**Goal of the exercise:** Search the records below for the word "UNSPECIFIED", then return every line where it appears.

[Stored records]
........
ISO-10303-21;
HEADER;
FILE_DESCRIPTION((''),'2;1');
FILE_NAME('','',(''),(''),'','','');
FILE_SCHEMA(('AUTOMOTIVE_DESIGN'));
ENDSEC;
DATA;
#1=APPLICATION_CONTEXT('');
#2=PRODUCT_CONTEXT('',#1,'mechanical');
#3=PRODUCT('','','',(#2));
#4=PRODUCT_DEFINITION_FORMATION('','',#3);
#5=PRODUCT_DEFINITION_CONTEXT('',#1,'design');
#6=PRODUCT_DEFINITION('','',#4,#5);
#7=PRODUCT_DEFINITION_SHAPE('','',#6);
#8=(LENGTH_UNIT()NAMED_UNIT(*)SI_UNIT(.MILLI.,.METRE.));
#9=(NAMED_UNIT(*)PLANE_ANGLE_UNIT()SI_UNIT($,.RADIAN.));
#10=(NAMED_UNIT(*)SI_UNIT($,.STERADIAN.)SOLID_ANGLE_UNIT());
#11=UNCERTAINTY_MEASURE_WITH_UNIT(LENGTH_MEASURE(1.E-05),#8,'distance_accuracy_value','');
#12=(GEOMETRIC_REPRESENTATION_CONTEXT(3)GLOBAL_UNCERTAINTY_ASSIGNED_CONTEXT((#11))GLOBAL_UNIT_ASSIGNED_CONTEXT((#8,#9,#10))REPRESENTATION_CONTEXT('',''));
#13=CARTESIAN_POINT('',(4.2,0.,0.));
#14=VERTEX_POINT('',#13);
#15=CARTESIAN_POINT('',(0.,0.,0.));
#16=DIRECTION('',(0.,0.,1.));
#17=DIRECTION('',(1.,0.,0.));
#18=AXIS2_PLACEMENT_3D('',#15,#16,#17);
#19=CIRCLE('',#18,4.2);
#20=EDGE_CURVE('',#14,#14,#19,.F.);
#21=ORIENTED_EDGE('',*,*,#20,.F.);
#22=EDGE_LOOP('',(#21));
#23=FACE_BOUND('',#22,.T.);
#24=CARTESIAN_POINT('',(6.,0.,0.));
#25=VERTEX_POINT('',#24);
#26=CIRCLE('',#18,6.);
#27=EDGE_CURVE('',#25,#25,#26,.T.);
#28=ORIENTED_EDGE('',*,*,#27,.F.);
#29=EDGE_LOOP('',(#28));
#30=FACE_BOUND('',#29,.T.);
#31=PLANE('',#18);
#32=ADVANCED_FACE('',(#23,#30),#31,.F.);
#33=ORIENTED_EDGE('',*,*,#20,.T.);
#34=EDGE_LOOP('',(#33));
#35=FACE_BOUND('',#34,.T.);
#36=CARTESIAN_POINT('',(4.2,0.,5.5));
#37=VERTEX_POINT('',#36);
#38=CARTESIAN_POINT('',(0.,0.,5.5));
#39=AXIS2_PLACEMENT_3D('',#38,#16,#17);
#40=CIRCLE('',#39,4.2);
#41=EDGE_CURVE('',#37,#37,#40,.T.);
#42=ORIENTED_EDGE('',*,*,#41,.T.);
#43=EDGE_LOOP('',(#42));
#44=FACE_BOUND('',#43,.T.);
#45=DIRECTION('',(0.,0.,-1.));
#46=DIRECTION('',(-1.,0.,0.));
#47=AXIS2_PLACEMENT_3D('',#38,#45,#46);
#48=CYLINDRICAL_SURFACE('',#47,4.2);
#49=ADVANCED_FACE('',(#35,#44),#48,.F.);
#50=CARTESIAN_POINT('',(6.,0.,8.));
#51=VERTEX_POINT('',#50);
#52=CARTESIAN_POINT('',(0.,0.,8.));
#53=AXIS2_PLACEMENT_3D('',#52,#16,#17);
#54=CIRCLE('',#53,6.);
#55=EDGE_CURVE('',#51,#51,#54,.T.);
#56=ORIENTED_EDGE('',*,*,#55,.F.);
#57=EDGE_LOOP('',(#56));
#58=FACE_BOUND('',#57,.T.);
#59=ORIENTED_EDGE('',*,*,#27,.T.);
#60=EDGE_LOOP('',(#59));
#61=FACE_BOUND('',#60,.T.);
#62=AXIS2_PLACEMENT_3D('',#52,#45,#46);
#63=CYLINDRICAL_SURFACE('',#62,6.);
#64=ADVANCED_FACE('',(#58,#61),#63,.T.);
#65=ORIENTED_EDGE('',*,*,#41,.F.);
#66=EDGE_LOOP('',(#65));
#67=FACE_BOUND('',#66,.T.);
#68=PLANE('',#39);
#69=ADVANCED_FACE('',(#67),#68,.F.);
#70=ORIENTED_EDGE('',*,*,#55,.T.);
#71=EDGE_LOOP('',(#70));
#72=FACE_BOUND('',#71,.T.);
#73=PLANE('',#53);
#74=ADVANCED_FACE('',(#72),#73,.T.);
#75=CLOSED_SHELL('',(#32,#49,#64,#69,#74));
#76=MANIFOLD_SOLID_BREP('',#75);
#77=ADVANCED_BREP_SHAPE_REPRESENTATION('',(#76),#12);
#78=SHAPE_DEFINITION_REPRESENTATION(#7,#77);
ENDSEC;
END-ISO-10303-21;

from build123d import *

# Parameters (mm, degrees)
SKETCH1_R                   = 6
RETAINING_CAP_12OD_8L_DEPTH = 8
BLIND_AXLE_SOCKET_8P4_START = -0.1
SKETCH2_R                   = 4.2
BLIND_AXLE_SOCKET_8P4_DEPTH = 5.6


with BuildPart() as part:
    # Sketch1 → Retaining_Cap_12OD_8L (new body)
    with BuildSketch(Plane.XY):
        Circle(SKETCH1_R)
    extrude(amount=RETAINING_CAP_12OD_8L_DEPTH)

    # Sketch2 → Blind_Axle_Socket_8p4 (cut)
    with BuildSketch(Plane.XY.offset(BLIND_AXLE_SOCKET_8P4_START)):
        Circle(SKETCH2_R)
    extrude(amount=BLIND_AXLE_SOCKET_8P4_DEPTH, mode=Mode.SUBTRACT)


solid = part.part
........
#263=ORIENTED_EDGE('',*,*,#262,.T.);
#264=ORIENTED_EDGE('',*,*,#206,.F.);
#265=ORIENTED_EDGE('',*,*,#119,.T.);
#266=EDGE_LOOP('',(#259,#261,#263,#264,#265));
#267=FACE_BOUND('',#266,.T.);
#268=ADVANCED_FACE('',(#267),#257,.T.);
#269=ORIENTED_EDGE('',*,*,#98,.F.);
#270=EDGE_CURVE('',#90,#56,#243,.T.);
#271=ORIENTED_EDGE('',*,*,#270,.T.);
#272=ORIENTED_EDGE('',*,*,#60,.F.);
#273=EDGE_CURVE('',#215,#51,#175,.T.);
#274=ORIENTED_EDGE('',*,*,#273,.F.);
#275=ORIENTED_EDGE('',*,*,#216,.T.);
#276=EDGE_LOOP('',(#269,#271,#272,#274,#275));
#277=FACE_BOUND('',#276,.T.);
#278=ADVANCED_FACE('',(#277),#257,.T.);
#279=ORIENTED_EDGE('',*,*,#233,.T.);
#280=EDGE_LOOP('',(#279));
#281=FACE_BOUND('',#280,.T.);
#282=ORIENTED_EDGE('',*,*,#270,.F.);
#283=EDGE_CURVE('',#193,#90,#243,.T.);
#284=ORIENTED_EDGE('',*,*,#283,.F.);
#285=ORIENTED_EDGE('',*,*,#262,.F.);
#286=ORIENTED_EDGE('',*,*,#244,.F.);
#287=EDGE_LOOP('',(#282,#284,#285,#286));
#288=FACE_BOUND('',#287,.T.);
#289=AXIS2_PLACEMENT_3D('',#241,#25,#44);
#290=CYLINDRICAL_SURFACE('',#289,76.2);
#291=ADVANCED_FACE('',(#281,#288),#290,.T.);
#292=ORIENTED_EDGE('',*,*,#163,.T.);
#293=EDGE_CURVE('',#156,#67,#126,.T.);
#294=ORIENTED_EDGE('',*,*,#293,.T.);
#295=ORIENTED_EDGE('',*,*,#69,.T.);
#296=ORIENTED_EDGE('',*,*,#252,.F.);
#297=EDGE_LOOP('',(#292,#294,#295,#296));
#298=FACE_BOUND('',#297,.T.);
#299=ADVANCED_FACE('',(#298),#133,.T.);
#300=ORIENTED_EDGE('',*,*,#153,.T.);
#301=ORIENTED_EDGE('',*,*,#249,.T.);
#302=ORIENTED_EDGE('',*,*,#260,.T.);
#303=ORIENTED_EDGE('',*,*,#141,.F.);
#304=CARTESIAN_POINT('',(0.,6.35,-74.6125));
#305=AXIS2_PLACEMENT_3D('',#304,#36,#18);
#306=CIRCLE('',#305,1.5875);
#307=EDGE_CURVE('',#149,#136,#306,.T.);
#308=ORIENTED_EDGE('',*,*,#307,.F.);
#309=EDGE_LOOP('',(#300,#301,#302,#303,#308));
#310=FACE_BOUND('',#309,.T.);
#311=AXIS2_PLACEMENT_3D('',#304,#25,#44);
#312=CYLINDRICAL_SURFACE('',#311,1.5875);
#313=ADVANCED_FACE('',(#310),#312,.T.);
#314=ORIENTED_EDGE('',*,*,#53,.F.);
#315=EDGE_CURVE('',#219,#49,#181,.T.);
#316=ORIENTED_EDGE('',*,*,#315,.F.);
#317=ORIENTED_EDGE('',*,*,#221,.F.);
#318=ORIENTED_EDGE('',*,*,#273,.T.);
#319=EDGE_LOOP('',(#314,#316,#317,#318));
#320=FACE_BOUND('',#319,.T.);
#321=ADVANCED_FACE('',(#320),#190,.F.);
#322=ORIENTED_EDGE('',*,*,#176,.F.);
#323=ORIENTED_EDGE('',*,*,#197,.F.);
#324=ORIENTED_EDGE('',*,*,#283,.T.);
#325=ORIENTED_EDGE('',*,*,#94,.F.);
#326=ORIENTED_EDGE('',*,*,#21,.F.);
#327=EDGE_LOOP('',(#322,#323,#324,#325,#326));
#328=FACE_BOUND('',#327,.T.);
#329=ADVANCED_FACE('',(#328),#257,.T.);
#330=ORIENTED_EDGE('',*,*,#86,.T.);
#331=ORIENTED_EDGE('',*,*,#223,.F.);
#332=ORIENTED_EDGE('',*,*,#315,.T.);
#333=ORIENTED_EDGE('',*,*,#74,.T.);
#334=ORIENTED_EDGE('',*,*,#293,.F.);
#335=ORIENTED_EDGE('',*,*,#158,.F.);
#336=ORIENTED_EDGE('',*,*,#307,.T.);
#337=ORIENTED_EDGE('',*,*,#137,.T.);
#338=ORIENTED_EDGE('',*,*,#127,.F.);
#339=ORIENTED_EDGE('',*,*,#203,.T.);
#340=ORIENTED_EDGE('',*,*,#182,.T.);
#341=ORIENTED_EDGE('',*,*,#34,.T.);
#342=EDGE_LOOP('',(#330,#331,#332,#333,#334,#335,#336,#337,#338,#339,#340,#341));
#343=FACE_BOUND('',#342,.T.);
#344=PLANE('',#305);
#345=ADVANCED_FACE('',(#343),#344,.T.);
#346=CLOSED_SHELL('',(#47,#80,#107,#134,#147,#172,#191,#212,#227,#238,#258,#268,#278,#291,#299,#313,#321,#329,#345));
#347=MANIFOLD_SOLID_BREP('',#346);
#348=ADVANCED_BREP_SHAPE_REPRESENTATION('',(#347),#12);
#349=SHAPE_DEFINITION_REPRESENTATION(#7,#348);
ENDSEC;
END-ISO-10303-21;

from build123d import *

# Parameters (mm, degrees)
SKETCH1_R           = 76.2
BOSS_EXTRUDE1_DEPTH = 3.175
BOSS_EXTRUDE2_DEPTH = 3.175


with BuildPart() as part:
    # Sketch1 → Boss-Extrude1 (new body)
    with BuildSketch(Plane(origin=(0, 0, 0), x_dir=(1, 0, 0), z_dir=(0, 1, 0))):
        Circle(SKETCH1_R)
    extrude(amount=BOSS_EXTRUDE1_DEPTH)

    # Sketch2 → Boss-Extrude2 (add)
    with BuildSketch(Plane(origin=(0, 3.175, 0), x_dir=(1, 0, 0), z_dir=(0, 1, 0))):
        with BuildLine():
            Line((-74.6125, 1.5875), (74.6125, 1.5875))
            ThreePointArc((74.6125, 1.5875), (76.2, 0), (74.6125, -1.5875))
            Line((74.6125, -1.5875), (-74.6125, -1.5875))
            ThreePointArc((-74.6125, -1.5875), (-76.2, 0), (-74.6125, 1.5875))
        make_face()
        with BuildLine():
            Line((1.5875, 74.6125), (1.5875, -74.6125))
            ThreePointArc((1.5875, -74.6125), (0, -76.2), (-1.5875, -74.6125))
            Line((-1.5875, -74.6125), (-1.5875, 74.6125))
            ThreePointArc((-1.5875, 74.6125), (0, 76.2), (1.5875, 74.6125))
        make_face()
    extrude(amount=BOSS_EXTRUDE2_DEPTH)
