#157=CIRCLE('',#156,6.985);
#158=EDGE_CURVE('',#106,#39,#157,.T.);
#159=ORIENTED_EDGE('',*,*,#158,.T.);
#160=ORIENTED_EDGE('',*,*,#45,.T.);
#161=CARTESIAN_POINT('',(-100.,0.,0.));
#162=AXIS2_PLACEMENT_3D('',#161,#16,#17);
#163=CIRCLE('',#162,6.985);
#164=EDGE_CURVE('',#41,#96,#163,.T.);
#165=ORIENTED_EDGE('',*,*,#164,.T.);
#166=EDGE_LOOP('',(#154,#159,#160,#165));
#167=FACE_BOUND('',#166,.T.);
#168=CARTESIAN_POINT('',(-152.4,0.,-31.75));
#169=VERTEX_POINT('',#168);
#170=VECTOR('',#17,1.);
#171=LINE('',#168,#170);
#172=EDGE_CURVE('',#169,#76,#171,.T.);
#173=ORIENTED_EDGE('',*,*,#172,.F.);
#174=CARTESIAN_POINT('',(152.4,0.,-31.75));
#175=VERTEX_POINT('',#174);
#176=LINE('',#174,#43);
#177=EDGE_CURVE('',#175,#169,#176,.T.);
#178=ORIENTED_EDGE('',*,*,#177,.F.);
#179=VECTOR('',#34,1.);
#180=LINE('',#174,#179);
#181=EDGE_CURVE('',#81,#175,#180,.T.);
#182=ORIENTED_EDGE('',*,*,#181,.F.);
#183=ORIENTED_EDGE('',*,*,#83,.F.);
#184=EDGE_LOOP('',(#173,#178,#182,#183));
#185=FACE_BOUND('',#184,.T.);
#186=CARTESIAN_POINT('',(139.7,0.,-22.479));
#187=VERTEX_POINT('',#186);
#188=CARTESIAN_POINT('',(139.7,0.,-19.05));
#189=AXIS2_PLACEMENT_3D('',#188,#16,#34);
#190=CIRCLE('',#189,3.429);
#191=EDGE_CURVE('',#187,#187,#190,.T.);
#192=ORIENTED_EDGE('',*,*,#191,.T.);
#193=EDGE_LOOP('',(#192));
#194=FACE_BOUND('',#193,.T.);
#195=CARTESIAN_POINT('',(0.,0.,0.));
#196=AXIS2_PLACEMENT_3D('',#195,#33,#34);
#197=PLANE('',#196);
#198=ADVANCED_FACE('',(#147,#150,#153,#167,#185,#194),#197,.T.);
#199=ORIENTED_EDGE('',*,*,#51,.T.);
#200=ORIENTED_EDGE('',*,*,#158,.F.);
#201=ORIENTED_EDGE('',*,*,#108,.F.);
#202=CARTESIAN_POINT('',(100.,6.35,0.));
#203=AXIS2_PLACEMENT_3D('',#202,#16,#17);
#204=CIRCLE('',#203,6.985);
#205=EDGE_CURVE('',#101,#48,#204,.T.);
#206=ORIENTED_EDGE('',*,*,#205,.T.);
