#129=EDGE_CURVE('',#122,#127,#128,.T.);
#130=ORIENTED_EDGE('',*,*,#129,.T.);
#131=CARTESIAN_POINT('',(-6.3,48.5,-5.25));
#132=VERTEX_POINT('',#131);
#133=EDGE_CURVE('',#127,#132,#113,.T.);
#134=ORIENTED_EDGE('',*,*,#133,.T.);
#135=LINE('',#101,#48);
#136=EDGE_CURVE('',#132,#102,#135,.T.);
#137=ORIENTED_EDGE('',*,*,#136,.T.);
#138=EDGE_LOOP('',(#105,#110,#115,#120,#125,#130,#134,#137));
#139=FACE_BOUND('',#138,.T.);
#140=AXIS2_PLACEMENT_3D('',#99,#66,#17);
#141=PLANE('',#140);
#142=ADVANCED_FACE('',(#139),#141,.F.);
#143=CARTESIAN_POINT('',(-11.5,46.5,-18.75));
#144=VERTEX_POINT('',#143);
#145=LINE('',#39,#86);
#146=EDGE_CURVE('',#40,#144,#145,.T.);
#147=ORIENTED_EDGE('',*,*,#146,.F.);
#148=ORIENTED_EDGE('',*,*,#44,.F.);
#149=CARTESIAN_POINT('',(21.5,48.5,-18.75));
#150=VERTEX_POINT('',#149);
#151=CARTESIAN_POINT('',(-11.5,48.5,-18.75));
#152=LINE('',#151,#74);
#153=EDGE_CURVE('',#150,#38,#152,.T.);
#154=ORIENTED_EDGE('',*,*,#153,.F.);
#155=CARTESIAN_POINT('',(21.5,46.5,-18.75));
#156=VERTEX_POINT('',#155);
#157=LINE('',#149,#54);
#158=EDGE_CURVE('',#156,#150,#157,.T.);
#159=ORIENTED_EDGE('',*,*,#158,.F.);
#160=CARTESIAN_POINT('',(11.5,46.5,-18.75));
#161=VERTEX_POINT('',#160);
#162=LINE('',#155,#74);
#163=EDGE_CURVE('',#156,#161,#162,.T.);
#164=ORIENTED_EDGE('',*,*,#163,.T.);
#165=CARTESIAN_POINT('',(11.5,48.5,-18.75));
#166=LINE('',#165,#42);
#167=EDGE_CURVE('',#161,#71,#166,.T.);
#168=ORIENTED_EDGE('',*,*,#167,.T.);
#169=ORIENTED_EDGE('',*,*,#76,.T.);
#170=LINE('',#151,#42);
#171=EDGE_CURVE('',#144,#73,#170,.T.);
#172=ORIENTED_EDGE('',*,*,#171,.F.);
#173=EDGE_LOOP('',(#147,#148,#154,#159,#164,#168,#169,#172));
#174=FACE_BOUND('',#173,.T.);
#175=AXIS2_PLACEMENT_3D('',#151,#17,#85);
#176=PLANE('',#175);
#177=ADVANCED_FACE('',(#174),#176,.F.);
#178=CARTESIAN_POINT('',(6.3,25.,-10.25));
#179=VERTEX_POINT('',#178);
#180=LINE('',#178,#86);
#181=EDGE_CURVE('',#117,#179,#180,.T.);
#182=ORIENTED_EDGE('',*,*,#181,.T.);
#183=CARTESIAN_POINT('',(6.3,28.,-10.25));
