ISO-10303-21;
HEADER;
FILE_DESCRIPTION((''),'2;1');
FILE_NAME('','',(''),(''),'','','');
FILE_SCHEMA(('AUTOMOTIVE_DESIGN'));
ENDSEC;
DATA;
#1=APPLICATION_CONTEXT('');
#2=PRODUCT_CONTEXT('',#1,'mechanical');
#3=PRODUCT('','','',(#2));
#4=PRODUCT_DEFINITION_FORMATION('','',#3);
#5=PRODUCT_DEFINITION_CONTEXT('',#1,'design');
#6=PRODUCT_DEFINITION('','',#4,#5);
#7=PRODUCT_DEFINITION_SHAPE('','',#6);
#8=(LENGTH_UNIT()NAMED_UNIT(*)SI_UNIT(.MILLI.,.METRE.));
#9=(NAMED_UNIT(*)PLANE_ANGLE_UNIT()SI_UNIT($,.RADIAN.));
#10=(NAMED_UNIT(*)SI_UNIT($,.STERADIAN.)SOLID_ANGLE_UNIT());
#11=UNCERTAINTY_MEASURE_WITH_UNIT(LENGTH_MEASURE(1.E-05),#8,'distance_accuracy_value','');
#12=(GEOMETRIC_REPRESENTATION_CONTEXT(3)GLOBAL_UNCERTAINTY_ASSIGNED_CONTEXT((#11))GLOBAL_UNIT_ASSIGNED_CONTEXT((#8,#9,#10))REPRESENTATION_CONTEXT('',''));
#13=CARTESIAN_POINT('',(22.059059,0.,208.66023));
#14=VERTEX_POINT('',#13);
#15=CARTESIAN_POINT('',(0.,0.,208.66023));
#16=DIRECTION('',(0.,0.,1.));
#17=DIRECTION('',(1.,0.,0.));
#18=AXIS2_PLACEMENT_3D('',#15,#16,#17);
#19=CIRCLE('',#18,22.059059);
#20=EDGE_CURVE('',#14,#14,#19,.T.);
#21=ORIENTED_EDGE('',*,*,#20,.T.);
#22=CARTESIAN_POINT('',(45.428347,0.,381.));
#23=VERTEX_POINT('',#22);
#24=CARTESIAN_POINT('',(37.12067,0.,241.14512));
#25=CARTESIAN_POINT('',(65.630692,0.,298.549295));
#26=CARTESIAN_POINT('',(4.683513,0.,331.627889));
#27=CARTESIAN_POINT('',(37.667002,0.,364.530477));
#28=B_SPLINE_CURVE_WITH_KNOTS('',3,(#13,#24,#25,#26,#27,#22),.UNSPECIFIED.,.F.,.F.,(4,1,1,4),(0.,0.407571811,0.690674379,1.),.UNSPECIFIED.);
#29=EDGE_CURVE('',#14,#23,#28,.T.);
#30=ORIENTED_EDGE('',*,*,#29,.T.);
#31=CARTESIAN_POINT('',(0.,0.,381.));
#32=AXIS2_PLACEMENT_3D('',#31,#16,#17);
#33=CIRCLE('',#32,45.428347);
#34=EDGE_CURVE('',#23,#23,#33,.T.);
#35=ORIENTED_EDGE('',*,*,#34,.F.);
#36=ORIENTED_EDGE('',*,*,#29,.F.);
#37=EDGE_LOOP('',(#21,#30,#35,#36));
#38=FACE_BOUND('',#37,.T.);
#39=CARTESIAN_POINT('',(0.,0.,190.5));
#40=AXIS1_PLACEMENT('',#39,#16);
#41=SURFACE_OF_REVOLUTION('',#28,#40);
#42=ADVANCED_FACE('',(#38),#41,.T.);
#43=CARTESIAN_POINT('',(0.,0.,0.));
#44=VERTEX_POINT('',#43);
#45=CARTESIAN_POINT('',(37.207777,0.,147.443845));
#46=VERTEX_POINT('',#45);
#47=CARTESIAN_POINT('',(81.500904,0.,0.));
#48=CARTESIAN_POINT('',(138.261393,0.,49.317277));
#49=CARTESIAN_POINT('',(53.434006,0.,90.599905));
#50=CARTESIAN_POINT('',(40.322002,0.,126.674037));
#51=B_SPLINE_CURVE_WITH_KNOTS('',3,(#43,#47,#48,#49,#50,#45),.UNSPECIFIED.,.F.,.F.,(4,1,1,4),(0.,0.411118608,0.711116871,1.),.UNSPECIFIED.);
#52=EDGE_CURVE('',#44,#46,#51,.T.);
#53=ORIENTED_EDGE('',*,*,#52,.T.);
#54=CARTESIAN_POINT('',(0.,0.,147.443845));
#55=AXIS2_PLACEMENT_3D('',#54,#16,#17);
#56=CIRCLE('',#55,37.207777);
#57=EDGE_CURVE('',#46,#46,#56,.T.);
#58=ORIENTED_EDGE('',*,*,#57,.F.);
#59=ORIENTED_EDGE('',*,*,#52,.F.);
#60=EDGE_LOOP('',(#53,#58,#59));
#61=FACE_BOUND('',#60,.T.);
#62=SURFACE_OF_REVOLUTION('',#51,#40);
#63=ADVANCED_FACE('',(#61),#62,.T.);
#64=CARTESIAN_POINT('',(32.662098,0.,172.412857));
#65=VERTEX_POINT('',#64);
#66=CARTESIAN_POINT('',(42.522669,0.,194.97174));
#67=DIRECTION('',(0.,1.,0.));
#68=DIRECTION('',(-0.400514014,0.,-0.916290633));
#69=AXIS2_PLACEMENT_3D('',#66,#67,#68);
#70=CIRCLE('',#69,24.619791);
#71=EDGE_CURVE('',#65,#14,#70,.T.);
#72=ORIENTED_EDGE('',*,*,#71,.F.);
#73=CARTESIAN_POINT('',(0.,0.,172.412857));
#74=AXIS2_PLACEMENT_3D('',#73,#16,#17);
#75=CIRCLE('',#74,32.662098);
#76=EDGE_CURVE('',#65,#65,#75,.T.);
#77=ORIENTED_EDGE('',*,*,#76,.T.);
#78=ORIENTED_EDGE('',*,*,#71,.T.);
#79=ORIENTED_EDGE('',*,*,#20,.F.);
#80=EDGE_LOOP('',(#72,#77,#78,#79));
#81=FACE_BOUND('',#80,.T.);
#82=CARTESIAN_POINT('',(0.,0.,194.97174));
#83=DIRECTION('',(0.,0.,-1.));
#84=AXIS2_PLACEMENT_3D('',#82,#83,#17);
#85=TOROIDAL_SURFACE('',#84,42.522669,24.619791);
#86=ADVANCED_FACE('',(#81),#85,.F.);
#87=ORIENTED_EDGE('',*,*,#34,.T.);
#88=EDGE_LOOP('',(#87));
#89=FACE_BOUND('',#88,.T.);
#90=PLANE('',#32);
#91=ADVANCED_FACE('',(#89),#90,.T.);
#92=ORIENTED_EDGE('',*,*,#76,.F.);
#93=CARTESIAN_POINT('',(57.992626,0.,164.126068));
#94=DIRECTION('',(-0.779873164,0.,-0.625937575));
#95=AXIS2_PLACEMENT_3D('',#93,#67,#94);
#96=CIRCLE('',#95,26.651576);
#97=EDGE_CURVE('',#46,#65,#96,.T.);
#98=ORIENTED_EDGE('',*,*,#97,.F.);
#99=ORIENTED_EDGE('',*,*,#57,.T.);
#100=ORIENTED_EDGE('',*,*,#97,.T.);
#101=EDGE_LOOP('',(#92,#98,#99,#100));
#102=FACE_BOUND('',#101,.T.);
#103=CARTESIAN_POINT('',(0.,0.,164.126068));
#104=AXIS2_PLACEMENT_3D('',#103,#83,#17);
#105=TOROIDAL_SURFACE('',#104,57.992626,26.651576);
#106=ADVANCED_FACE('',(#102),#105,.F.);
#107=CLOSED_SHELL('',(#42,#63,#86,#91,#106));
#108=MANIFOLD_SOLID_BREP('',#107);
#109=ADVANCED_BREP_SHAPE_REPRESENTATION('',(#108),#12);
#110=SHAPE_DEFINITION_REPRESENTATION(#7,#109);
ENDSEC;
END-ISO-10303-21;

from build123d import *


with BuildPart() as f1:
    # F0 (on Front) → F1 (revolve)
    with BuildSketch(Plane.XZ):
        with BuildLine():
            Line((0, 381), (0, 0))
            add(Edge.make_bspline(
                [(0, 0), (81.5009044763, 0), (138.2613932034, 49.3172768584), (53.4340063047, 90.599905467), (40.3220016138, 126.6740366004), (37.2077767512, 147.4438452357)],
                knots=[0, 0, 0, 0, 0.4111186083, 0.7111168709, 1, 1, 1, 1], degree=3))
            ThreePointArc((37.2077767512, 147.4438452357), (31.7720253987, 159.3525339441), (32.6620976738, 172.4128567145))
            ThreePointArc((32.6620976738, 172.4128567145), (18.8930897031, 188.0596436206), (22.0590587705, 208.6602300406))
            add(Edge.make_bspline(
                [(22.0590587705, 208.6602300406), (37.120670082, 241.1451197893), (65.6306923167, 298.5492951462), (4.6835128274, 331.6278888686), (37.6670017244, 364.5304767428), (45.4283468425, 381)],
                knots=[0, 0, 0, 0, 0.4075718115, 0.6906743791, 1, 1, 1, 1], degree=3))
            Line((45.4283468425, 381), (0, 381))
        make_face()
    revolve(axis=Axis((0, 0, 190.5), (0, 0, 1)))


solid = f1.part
........
**Reply:**
#28=B_SPLINE_CURVE_WITH_KNOTS('',3,(#13,#24,#25,#26,#27,#22),.UNSPECIFIED.,.F.,.F.,(4,1,1,4),(0.,0.407571811,0.690674379,1.),.UNSPECIFIED.);
#51=B_SPLINE_CURVE_WITH_KNOTS('',3,(#43,#47,#48,#49,#50,#45),.UNSPECIFIED.,.F.,.F.,(4,1,1,4),(0.,0.411118608,0.711116871,1.),.UNSPECIFIED.);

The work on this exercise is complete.